··· Data to use

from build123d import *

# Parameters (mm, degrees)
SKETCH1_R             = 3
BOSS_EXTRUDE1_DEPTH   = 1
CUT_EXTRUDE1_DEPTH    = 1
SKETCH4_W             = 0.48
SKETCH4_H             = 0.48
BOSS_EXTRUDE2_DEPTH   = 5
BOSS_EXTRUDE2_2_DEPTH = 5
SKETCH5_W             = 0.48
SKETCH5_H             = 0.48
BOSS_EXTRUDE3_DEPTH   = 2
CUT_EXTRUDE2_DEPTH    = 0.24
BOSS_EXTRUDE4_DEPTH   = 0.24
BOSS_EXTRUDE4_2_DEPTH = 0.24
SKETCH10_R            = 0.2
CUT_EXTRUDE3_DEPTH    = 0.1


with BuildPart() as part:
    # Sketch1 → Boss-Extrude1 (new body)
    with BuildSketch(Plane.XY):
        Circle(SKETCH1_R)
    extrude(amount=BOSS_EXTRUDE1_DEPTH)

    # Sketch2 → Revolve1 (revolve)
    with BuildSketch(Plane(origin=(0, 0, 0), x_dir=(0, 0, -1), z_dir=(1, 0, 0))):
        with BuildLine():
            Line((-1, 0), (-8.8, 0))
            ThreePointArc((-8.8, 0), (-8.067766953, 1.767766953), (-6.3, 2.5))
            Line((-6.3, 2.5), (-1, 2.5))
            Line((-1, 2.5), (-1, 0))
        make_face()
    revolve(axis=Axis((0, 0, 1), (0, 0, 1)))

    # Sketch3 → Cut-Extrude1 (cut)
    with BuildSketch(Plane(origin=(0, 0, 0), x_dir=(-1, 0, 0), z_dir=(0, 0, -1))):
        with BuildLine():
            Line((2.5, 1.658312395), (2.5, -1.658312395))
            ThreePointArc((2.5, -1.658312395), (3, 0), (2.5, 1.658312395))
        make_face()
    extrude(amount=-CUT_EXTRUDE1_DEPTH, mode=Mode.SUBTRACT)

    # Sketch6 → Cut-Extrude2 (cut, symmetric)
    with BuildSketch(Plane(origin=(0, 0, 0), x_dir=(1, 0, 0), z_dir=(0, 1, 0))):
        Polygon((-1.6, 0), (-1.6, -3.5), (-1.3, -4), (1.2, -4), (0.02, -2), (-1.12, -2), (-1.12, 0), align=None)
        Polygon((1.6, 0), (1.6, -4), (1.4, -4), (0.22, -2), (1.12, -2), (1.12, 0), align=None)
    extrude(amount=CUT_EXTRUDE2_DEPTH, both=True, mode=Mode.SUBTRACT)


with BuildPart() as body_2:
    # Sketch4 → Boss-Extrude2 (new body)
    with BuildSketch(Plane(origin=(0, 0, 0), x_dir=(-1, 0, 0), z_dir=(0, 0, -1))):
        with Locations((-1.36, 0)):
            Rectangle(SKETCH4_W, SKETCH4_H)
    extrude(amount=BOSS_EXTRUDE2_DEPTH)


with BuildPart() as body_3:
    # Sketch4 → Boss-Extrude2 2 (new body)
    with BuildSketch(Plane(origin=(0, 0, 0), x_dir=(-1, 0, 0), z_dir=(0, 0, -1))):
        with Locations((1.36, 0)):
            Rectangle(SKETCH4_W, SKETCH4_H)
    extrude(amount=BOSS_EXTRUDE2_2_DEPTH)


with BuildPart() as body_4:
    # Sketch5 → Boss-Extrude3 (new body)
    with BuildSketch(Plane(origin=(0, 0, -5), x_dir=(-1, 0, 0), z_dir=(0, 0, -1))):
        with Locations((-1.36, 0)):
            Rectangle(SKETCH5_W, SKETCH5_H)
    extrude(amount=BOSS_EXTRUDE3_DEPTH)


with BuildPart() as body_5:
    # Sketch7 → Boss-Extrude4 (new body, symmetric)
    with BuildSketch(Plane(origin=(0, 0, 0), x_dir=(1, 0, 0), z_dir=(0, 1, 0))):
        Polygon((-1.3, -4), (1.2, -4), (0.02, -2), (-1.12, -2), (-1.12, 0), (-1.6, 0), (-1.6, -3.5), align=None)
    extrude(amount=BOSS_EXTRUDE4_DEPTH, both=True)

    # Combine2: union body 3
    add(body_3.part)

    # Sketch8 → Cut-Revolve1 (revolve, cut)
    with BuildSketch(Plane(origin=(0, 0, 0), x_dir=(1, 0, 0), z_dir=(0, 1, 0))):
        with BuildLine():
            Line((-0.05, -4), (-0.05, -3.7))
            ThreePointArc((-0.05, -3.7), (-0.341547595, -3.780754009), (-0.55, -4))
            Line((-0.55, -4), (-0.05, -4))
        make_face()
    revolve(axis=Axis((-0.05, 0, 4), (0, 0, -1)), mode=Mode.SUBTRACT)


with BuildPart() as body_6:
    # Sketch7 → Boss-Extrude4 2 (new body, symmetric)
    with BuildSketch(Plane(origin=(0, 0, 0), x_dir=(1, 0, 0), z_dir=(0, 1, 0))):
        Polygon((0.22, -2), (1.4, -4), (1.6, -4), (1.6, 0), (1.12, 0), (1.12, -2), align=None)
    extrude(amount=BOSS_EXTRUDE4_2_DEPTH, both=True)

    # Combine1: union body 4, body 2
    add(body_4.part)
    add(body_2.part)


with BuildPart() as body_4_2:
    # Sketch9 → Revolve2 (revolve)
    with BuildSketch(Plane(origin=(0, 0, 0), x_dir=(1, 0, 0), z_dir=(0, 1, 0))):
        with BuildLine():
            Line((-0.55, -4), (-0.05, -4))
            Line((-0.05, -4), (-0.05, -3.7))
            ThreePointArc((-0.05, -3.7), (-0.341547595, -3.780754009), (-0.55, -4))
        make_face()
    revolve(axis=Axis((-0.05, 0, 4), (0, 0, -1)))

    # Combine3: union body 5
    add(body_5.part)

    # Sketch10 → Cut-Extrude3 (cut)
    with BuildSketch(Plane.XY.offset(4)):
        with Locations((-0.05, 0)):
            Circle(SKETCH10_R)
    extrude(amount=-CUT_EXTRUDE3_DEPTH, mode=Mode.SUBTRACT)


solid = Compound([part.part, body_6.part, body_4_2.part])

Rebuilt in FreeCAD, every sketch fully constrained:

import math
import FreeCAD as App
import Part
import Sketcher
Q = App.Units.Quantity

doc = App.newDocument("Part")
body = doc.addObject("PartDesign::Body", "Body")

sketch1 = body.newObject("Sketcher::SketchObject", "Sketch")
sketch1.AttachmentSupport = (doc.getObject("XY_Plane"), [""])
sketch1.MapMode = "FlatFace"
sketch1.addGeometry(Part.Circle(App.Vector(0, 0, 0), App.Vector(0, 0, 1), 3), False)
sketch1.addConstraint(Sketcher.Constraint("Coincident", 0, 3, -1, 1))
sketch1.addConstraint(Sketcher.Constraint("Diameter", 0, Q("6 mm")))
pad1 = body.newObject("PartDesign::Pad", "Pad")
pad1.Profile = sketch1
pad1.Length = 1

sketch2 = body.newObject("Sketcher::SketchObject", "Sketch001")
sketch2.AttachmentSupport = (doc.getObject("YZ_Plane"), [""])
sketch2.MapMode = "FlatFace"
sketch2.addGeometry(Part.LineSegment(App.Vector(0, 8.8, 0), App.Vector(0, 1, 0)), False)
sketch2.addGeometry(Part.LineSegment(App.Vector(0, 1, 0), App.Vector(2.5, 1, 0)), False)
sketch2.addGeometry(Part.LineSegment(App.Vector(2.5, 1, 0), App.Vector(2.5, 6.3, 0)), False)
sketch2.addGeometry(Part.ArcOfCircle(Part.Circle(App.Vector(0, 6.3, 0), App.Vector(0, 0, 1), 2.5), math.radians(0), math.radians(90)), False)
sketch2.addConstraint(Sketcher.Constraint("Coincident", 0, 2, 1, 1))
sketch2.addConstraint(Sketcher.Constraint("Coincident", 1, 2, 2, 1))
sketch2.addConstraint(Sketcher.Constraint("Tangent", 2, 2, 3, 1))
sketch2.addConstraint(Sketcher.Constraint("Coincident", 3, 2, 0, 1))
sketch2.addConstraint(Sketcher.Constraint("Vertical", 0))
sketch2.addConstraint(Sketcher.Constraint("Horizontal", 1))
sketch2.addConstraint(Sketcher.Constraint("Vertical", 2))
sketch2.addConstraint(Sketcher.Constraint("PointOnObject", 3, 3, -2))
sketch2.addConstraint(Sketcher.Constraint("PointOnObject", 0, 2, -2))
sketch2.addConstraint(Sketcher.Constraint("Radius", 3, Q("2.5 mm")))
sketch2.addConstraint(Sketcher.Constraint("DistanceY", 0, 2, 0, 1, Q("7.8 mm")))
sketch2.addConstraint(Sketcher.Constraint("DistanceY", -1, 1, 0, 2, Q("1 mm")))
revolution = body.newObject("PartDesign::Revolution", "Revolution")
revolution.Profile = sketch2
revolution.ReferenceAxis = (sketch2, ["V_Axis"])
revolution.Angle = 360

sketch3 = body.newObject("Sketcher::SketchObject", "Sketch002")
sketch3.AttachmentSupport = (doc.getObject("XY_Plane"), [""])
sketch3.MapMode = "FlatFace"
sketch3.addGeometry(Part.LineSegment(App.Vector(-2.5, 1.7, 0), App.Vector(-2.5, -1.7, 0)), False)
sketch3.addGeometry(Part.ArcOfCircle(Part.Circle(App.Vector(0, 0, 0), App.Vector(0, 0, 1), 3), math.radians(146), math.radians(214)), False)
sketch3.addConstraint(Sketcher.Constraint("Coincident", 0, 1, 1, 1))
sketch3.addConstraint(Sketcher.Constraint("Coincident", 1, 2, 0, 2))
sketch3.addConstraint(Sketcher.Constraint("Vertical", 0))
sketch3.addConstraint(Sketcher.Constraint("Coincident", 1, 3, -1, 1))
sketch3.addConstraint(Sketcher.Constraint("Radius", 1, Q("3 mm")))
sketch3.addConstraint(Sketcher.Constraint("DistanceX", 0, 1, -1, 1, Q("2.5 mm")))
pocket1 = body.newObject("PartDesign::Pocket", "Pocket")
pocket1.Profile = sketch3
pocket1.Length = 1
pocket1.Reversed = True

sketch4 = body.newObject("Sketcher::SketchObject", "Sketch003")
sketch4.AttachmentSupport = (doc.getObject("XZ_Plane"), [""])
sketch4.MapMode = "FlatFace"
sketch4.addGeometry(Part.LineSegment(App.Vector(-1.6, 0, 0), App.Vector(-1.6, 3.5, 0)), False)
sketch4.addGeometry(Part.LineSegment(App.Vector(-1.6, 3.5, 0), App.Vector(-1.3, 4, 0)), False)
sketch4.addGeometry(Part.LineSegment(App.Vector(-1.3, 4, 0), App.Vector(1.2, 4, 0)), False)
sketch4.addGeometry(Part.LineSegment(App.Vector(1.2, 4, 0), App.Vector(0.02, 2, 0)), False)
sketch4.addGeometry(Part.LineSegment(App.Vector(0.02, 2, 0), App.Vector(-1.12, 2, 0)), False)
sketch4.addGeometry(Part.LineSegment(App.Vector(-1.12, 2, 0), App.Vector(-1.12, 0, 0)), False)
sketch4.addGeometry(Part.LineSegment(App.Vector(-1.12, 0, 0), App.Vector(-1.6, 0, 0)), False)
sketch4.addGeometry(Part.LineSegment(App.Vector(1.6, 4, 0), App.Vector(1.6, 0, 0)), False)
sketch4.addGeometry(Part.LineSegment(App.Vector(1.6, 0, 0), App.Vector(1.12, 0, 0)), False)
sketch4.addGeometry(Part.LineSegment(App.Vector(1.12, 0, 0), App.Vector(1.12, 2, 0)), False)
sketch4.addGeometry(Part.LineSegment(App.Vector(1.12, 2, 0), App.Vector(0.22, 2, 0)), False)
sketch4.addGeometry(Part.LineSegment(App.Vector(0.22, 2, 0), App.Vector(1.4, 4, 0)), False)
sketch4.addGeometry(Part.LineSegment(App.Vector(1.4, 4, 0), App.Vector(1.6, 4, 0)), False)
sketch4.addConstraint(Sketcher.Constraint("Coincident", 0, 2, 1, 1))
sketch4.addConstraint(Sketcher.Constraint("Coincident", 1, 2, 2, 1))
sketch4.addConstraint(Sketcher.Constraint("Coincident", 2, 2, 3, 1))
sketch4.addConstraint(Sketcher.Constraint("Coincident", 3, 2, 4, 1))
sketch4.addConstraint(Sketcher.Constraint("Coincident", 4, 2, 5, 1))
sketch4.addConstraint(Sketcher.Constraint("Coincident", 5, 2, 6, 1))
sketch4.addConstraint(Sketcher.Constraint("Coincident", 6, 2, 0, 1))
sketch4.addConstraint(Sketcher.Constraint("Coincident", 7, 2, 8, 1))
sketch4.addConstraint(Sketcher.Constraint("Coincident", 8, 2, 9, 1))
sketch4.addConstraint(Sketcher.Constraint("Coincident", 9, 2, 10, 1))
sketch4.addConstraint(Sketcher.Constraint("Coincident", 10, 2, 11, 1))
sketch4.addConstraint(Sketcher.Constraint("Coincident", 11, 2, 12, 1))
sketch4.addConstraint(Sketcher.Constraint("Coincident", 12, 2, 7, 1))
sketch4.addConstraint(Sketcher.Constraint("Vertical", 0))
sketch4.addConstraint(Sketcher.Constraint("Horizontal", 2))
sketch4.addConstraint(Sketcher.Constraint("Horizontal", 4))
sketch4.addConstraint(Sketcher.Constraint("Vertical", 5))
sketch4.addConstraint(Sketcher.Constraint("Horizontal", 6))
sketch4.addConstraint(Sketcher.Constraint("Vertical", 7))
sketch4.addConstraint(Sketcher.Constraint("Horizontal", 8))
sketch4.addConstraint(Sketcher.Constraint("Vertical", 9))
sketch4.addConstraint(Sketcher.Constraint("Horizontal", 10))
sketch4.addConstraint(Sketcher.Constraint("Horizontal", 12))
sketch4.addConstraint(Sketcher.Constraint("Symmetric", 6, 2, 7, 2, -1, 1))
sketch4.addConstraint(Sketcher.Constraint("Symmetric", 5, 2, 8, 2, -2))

······

■ **The problem**
Reproduce only the lines above spanning from the line containing "# Sketch7 → Boss-Extrude4 2" through the line containing "# Sketch10 → Cut-Extrude3 (cut)", word for word.

■ **Reply to the task**
    # Sketch7 → Boss-Extrude4 2 (new body, symmetric)
    with BuildSketch(Plane(origin=(0, 0, 0), x_dir=(1, 0, 0), z_dir=(0, 1, 0))):
        Polygon((0.22, -2), (1.4, -4), (1.6, -4), (1.6, 0), (1.12, 0), (1.12, -2), align=None)
    extrude(amount=BOSS_EXTRUDE4_2_DEPTH, both=True)

    # Combine1: union body 4, body 2
    add(body_4.part)
    add(body_2.part)


with BuildPart() as body_4_2:
    # Sketch9 → Revolve2 (revolve)
    with BuildSketch(Plane(origin=(0, 0, 0), x_dir=(1, 0, 0), z_dir=(0, 1, 0))):
        with BuildLine():
            Line((-0.55, -4), (-0.05, -4))
            Line((-0.05, -4), (-0.05, -3.7))
            ThreePointArc((-0.05, -3.7), (-0.341547595, -3.780754009), (-0.55, -4))
        make_face()
    revolve(axis=Axis((-0.05, 0, 4), (0, 0, -1)))

    # Combine3: union body 5
    add(body_5.part)

    # Sketch10 → Cut-Extrude3 (cut)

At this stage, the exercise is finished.